The changes that were made to the data included creating a dataframe by extracting daily data and turning it into yearly data, adding a Year column to each yearly dataset, merging all yearly datasets together (now have weather data for each country in countries_df from 2015-2019), removing unnecessary columns from the merged dataset, and reordering the dataset to be in a more readable format. There are no legal or regulatory guidelines for my data or project topic. All data is public and none of it is sensitive. With transforming API data, you run the risk of not correctly calling on each piece of data. I checked to make sure I had handled this properly by manually inputting some of the latitudes and longitudes in the website for the specified dates, to see if it returned the same daily data that I had gotten before grabbing the average of all days and turning it into yearly data.
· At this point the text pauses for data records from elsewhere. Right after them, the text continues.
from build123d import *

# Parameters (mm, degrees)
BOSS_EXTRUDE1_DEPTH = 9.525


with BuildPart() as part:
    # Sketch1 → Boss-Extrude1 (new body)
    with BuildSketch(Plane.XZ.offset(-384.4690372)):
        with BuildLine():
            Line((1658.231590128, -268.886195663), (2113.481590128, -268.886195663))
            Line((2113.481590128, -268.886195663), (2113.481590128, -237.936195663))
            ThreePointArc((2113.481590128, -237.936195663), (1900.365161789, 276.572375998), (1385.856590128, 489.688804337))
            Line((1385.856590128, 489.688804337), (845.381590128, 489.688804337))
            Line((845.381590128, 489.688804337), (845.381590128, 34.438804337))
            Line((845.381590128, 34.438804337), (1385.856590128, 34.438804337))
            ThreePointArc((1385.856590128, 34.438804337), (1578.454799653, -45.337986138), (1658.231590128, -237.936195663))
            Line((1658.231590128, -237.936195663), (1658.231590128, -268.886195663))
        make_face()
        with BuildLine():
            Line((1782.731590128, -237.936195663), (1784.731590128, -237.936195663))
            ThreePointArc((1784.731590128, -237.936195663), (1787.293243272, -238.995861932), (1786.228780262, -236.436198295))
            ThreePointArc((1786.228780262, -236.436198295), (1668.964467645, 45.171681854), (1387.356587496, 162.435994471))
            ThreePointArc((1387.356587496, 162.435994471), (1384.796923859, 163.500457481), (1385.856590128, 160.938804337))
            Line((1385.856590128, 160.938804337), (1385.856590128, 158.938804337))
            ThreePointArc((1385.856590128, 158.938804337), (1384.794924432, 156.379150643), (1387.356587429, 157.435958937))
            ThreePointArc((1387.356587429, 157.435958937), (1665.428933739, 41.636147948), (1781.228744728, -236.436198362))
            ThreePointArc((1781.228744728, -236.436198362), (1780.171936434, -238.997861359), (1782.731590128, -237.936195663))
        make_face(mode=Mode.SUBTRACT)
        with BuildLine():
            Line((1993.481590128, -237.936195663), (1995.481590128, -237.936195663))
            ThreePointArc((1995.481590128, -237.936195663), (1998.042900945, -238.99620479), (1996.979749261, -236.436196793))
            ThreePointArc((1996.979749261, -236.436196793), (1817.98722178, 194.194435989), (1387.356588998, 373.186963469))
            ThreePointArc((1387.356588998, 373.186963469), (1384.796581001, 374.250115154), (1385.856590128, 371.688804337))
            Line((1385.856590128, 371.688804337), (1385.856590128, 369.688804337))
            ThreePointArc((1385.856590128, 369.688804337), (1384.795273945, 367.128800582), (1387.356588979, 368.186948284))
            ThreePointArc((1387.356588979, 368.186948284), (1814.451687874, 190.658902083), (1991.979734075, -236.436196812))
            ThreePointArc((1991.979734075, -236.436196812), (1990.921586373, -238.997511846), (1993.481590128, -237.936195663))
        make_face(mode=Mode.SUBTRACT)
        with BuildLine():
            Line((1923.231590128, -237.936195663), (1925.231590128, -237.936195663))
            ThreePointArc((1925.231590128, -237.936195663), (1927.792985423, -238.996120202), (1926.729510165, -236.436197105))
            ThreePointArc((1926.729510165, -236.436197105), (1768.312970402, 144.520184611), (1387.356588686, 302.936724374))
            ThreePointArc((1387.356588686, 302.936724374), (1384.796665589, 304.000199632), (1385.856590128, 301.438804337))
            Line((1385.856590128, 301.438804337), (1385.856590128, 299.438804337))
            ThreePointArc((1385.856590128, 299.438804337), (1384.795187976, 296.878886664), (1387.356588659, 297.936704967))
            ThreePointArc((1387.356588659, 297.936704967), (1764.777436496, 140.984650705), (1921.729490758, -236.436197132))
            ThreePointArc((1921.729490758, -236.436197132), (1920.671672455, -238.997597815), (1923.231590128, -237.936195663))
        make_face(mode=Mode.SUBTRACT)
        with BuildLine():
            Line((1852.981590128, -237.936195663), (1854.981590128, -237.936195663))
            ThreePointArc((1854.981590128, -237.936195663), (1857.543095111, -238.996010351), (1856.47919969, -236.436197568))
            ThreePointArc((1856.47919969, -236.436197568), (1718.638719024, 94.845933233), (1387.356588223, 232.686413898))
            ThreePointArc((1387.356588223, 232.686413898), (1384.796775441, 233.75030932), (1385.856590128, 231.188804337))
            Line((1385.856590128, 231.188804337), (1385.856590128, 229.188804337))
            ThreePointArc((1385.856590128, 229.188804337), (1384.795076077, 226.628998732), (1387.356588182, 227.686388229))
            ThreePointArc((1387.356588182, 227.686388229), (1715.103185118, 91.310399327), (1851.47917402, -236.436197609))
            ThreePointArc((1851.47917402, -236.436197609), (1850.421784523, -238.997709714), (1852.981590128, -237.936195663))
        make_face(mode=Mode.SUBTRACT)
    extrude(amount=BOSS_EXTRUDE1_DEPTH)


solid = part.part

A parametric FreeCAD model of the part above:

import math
import FreeCAD as App
import Part
import Sketcher

V = App.Vector

doc = App.newDocument("Part")
body = doc.addObject("PartDesign::Body", "Body")

sketch1 = body.newObject("Sketcher::SketchObject", "Sketch")
sketch1.AttachmentSupport = (doc.getObject("XZ_Plane"), [""])
sketch1.MapMode = "FlatFace"
sketch1.AttachmentOffset = App.Placement(V(0, 0, -384.469037), App.Rotation())
sketch1.addGeometry([
    Part.LineSegment(V(1658.2, -268.9, 0), V(2113.5, -268.9, 0)),
    Part.LineSegment(V(2113.5, -268.9, 0), V(2113.5, -237.9, 0)),
    Part.ArcOfCircle(Part.Circle(V(1385.9, -237.9, 0), V(0, 0, 1), 727.6), math.radians(0), math.radians(90)),
    Part.LineSegment(V(1385.9, 489.7, 0), V(845.4, 489.7, 0)),
    Part.LineSegment(V(845.4, 489.7, 0), V(845.4, 34.4, 0)),
    Part.LineSegment(V(845.4, 34.4, 0), V(1385.9, 34.4, 0)),
    Part.ArcOfCircle(Part.Circle(V(1385.9, -237.9, 0), V(0, 0, 1), 272.4), math.radians(0), math.radians(90)),
    Part.LineSegment(V(1658.2, -237.9, 0), V(1658.2, -268.9, 0)),
    Part.LineSegment(V(1784.7, -237.9, 0), V(1782.7, -237.9, 0)),
    Part.ArcOfCircle(Part.Circle(V(1781.2, -237.9, 0), V(0, 0, 1), 1.5), math.radians(90), math.radians(360)),
    Part.ArcOfCircle(Part.Circle(V(1385.9, -237.9, 0), V(0, 0, 1), 395.4), math.radians(0), math.radians(90)),
    Part.ArcOfCircle(Part.Circle(V(1385.9, 157.4, 0), V(0, 0, 1), 1.5), math.radians(90), math.radians(360)),
    Part.LineSegment(V(1385.9, 158.9, 0), V(1385.9, 160.9, 0)),
    Part.ArcOfCircle(Part.Circle(V(1385.9, 162.4, 0), V(0, 0, 1), 1.5), math.radians(0), math.radians(270)),
    Part.ArcOfCircle(Part.Circle(V(1385.9, -237.9, 0), V(0, 0, 1), 400.4), math.radians(0), math.radians(90)),
    Part.ArcOfCircle(Part.Circle(V(1786.2, -237.9, 0), V(0, 0, 1), 1.5), math.radians(180), math.radians(450)),
    Part.LineSegment(V(1855, -237.9, 0), V(1853, -237.9, 0)),
    Part.ArcOfCircle(Part.Circle(V(1851.5, -237.9, 0), V(0, 0, 1), 1.5), math.radians(90), math.radians(360)),
    Part.ArcOfCircle(Part.Circle(V(1385.9, -237.9, 0), V(0, 0, 1), 465.6), math.radians(0), math.radians(90)),
    Part.ArcOfCircle(Part.Circle(V(1385.9, 227.7, 0), V(0, 0, 1), 1.5), math.radians(90), math.radians(360)),
    Part.LineSegment(V(1385.9, 229.2, 0), V(1385.9, 231.2, 0)),
    Part.ArcOfCircle(Part.Circle(V(1385.9, 232.7, 0), V(0, 0, 1), 1.5), math.radians(0), math.radians(270)),
    Part.ArcOfCircle(Part.Circle(V(1385.9, -237.9, 0), V(0, 0, 1), 470.6), math.radians(0), math.radians(90)),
I made no assumptions when cleaning the data, the only thing that MAY be considered an assumption is picking which daily data I deemed can increase or reduce happiness from the Weather API (average temperature, precipitation sum, sunshine duration). My data source is found on https://open-meteo.com/en/docs/historical-weather-api#hourly=&daily=temperature_2m_mean&temperature_unit=fahrenheit&wind_speed_unit=mph&precipitation_unit=inch, which is an entirely trusted source. It was acquired in an ethical way, as the site allows for easy access to the API (gives you example code on how to do so). I would mitigate the ethical implications by making sure I transformed my data efficiently and effectively - making sure all steps are accounted for and no transformations were messed up by either doing them in the wrong order or incorrectly.